Extracted records:
------------------------------------------------
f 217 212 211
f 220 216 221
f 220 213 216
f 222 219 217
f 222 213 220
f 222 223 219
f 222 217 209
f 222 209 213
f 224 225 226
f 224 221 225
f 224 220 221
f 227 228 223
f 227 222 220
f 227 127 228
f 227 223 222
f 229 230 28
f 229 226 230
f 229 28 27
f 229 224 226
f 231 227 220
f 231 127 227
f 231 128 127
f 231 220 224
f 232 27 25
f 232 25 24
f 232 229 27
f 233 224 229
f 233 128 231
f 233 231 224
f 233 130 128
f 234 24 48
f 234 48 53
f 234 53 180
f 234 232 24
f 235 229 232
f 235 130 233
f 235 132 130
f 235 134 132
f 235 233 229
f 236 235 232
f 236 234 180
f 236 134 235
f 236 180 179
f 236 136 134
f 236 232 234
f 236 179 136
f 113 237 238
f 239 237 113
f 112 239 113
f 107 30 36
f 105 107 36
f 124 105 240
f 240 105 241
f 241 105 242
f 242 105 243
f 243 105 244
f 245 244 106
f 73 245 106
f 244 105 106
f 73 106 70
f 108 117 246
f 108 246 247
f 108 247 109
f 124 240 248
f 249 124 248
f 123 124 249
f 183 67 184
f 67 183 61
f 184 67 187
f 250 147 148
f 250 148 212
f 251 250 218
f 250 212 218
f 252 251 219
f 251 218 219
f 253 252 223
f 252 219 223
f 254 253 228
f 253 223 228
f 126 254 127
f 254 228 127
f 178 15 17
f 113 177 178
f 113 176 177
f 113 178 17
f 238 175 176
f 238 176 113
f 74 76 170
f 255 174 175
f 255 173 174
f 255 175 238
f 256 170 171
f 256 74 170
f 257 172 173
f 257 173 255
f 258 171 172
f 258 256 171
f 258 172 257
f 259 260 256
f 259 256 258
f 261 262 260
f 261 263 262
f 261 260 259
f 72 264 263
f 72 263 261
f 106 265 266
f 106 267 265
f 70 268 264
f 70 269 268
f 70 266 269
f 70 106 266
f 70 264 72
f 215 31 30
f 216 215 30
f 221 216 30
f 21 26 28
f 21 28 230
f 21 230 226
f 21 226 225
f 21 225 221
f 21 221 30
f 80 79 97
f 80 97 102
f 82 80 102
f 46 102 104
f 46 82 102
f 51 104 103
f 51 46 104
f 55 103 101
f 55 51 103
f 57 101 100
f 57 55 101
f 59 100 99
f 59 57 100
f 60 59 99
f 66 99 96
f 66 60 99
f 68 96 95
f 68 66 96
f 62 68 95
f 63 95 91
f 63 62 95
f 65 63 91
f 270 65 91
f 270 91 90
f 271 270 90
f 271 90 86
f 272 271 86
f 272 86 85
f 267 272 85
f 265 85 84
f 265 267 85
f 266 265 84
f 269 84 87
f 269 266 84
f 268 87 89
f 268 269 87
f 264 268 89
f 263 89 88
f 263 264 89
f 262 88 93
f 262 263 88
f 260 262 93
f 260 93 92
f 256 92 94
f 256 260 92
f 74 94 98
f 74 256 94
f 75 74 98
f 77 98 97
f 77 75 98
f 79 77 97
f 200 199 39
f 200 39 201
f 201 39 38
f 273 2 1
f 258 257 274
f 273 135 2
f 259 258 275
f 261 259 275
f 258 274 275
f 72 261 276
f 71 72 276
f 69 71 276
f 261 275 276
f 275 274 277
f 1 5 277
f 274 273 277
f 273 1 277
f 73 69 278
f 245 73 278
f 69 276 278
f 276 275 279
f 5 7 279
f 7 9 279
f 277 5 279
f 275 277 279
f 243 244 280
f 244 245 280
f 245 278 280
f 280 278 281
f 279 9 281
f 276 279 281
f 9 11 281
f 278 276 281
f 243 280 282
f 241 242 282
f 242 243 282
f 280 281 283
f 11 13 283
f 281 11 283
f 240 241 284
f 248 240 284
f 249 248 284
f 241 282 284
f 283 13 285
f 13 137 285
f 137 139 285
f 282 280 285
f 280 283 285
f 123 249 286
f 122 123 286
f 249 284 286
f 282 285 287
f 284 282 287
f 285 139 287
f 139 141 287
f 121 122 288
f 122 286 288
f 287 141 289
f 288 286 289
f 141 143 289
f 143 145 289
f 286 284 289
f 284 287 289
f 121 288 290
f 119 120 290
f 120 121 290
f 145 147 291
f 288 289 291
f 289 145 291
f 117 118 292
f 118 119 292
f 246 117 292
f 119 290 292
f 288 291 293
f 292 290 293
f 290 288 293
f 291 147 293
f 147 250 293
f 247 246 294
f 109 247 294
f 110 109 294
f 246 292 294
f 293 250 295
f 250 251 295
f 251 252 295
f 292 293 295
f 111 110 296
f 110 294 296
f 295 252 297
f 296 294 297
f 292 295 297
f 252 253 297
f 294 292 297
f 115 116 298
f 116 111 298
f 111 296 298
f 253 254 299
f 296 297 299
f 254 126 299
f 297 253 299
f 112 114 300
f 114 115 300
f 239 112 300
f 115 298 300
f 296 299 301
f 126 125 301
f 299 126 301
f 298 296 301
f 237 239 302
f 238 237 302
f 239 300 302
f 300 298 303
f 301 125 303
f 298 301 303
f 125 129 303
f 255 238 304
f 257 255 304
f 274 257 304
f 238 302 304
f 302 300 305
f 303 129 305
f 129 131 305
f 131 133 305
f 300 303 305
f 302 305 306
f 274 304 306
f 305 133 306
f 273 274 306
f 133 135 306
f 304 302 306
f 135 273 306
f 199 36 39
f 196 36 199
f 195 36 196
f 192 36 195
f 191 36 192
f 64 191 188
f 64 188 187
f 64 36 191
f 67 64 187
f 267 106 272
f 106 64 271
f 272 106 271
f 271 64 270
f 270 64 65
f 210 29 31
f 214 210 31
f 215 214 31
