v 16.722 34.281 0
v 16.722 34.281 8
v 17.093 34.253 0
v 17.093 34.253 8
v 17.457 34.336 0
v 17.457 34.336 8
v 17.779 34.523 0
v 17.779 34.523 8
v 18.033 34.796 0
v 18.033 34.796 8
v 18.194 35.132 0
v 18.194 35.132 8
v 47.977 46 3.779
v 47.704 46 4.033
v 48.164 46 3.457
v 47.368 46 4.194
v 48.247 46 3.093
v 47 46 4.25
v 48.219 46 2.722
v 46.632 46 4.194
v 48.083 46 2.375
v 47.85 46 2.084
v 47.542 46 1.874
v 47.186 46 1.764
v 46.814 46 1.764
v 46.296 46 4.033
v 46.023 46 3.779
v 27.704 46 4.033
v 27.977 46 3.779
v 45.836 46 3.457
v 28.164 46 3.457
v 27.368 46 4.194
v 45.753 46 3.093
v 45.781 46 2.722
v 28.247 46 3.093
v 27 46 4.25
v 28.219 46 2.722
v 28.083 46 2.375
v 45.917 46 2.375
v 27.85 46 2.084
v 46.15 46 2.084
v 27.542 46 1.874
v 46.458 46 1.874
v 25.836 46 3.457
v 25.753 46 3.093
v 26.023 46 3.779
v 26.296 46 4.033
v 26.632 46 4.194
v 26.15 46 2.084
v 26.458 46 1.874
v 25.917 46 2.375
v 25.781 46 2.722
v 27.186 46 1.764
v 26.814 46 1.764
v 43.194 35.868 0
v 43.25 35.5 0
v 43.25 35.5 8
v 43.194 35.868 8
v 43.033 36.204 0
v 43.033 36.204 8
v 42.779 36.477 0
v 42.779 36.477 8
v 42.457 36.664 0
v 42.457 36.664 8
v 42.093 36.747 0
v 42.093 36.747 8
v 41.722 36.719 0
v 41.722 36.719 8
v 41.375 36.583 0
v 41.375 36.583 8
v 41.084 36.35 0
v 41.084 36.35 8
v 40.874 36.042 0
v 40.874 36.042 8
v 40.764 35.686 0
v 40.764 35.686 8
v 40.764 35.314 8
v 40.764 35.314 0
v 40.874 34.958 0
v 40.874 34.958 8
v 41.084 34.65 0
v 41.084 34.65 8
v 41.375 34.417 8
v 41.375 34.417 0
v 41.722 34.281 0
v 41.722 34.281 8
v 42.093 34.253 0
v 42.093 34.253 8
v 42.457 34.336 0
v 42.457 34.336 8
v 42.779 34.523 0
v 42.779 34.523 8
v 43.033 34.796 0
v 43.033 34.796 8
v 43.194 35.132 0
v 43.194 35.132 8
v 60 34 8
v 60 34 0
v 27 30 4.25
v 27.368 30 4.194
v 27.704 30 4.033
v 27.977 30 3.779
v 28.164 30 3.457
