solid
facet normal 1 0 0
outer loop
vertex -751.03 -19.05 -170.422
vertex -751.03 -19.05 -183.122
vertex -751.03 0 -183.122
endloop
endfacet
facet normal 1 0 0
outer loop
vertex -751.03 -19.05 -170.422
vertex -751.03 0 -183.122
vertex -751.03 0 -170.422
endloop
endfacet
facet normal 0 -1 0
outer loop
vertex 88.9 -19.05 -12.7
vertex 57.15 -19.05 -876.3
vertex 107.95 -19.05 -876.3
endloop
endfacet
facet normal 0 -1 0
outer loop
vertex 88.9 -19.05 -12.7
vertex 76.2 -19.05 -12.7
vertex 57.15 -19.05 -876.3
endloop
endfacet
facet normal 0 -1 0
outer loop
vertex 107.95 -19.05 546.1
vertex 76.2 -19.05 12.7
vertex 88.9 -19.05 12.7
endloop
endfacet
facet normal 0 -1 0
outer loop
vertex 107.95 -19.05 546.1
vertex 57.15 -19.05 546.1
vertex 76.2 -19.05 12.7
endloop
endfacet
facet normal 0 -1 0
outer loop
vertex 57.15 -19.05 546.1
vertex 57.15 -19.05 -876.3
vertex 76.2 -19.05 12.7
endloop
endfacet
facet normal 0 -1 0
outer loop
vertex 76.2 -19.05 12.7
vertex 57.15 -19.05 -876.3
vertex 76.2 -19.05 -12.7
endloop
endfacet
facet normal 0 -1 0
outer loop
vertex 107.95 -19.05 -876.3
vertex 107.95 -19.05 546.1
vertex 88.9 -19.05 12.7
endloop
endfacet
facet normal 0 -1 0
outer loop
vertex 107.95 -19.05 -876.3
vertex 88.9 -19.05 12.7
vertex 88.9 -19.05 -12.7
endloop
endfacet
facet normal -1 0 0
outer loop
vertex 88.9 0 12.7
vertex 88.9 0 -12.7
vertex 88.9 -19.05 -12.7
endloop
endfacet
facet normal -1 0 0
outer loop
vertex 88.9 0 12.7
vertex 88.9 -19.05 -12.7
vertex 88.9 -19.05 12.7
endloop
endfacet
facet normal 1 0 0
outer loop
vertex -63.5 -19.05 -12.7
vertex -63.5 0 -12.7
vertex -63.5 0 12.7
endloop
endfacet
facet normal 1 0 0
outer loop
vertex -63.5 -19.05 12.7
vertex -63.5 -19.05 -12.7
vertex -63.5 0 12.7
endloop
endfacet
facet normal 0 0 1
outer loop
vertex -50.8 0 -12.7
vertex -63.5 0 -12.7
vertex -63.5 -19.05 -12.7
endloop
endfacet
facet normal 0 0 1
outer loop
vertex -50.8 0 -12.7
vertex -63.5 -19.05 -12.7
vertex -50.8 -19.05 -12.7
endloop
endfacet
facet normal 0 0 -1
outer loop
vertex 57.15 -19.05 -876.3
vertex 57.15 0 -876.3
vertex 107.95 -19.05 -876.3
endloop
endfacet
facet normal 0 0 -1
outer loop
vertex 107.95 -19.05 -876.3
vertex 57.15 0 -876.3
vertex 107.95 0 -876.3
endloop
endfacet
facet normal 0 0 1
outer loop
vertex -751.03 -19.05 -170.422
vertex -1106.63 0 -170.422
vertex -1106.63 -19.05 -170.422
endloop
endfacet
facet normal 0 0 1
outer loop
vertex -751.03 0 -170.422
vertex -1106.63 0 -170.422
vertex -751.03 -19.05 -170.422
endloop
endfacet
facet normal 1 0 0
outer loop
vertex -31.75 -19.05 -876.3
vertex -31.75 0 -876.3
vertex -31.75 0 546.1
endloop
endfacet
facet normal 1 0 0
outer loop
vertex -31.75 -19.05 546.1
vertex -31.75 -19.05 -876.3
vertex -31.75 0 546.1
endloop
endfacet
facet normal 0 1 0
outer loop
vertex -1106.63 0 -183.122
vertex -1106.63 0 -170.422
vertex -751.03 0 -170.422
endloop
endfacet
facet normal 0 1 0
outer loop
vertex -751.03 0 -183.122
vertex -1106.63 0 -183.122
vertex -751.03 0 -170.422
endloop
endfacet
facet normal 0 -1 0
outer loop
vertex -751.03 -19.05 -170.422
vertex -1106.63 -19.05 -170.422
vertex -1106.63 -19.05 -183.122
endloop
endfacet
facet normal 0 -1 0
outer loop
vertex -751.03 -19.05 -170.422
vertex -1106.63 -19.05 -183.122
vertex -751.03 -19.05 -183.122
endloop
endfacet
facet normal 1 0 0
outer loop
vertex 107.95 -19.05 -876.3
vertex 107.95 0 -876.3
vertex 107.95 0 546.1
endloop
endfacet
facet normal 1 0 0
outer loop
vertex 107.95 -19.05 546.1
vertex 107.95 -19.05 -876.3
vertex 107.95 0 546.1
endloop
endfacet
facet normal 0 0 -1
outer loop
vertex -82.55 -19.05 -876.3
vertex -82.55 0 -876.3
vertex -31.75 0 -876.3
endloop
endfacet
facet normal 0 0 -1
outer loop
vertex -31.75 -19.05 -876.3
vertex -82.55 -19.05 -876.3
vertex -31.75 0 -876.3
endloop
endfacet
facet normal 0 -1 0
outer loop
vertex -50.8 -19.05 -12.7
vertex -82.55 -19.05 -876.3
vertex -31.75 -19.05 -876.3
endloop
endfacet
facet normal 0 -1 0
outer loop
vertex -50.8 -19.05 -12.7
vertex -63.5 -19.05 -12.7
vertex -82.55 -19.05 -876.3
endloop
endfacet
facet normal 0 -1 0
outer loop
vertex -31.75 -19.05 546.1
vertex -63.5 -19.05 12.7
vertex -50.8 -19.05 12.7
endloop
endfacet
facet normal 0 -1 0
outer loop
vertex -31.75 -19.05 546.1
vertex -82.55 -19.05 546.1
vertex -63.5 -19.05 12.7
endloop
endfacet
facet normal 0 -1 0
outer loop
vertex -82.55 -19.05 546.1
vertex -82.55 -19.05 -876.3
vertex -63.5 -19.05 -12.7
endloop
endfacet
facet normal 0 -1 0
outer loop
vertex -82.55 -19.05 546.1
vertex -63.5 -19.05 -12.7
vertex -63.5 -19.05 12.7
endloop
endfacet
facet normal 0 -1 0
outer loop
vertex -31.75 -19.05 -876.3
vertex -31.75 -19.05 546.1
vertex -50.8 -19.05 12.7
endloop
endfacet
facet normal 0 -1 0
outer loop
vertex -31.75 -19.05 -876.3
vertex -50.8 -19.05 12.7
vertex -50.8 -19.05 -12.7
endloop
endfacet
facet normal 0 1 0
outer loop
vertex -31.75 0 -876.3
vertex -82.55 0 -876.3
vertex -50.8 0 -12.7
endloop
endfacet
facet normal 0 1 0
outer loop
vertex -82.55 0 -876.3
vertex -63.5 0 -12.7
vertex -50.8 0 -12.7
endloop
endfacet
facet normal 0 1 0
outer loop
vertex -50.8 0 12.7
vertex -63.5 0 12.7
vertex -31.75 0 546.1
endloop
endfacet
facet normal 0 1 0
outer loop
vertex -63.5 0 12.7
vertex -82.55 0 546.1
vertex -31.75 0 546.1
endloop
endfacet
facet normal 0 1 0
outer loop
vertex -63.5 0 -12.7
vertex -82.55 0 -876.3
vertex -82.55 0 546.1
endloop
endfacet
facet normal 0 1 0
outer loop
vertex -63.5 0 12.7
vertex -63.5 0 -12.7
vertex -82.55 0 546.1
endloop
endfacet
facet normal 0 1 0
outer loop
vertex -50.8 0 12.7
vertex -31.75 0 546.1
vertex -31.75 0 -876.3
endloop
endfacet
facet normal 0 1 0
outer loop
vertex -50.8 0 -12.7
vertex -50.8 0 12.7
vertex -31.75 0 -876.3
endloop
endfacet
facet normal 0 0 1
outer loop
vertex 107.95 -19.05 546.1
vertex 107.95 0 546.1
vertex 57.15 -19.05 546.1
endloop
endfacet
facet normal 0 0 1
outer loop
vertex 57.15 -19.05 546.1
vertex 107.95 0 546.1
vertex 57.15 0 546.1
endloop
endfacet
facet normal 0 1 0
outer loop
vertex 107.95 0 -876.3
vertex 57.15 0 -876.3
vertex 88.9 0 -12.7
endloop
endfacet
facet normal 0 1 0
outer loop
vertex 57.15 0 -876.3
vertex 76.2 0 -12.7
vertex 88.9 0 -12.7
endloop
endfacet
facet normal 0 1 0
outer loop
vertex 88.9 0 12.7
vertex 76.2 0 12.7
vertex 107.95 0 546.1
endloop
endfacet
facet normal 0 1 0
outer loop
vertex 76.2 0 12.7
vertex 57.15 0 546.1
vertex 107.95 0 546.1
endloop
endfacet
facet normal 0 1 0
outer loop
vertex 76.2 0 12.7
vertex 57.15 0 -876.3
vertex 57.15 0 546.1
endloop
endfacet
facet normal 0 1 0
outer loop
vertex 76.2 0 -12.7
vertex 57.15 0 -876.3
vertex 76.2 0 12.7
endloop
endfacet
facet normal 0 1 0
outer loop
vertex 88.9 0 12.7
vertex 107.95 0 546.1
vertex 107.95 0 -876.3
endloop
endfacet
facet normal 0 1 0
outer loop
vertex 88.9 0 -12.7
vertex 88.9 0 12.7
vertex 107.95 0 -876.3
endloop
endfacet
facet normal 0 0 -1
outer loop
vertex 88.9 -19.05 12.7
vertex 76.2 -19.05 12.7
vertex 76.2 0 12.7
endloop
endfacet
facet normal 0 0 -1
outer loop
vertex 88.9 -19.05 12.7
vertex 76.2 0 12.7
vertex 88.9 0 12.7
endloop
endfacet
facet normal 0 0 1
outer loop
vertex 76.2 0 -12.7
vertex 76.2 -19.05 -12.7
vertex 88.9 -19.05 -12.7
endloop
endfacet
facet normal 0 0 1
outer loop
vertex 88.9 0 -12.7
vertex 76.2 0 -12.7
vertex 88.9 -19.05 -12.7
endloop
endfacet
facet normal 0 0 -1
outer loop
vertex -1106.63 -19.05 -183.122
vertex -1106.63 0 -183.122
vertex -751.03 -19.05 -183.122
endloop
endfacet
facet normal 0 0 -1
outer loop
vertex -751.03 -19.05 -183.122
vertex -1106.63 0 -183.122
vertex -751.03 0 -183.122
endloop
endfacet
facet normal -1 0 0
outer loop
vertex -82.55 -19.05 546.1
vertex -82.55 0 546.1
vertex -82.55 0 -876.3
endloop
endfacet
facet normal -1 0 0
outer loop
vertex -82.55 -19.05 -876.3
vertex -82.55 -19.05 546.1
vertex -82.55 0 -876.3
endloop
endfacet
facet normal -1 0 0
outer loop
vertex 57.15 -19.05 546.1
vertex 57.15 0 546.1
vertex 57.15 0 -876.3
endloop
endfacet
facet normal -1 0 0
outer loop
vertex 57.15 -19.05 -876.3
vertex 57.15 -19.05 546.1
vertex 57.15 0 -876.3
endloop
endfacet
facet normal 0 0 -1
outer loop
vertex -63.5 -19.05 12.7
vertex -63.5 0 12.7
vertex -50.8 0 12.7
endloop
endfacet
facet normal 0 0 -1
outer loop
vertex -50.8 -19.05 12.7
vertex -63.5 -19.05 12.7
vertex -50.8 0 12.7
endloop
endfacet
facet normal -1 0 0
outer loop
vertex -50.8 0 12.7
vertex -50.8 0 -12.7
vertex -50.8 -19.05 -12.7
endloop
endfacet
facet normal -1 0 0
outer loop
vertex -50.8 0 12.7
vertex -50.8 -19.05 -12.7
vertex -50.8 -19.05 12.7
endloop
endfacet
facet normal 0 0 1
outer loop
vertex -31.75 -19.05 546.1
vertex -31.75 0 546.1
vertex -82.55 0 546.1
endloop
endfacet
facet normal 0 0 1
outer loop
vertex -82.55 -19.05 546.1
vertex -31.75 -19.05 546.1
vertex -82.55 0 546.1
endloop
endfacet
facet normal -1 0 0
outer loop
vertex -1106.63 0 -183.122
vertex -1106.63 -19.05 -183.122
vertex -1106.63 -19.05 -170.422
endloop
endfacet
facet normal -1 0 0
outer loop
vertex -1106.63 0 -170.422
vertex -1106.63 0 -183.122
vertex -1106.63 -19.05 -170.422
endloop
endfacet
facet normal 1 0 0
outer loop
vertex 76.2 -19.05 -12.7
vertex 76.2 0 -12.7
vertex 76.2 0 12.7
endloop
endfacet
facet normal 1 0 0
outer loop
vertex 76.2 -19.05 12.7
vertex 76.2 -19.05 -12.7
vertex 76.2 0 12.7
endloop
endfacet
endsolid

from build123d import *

# Parameters (mm, degrees)
F0_W     = 12.7
F0_H     = 25.4
F0_W_2   = 355.6
F0_H_2   = 12.7
F1_DEPTH = 19.05


with BuildPart() as f1:
    # F0 (on Front) → F1 (new body)
    with BuildSketch(Plane.XZ):
        Polygon((57.15, 546.1), (57.15, 12.7), (57.15, -12.7), (57.15, -876.3), (107.95, -876.3), (107.95, -12.7), (107.95, 12.7), (107.95, 546.1), align=None)
        with Locations((82.55, 0)):
            Rectangle(F0_W, F0_H, mode=Mode.SUBTRACT)
        Polygon((-31.75, 546.1), (-82.55, 546.1), (-82.55, 12.7), (-82.55, -12.7), (-82.55, -876.3), (-31.75, -876.3), (-31.75, -12.7), (-31.75, 12.7), align=None)
        with Locations((-57.15, 0)):
            Rectangle(F0_W, F0_H, mode=Mode.SUBTRACT)
        with Locations((-928.829968, -176.771949)):
            Rectangle(F0_W_2, F0_H_2)
    extrude(amount=F1_DEPTH)


solid = f1.part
------------------------------------------------
Only the lines above from the one with "v 25.753 46 3.093" through the one with "v 42.457 34.336 0" should be duplicated, character for character.

## Solution:
v 25.753 46 3.093
v 26.023 46 3.779
v 26.296 46 4.033
v 26.632 46 4.194
v 26.15 46 2.084
v 26.458 46 1.874
v 25.917 46 2.375
v 25.781 46 2.722
v 27.186 46 1.764
v 26.814 46 1.764
v 43.194 35.868 0
v 43.25 35.5 0
v 43.25 35.5 8
v 43.194 35.868 8
v 43.033 36.204 0
v 43.033 36.204 8
v 42.779 36.477 0
v 42.779 36.477 8
v 42.457 36.664 0
v 42.457 36.664 8
v 42.093 36.747 0
v 42.093 36.747 8
v 41.722 36.719 0
v 41.722 36.719 8
v 41.375 36.583 0
v 41.375 36.583 8
v 41.084 36.35 0
v 41.084 36.35 8
v 40.874 36.042 0
v 40.874 36.042 8
v 40.764 35.686 0
v 40.764 35.686 8
v 40.764 35.314 8
v 40.764 35.314 0
v 40.874 34.958 0
v 40.874 34.958 8
v 41.084 34.65 0
v 41.084 34.65 8
v 41.375 34.417 8
v 41.375 34.417 0
v 41.722 34.281 0
v 41.722 34.281 8
v 42.093 34.253 0
v 42.093 34.253 8
v 42.457 34.336 0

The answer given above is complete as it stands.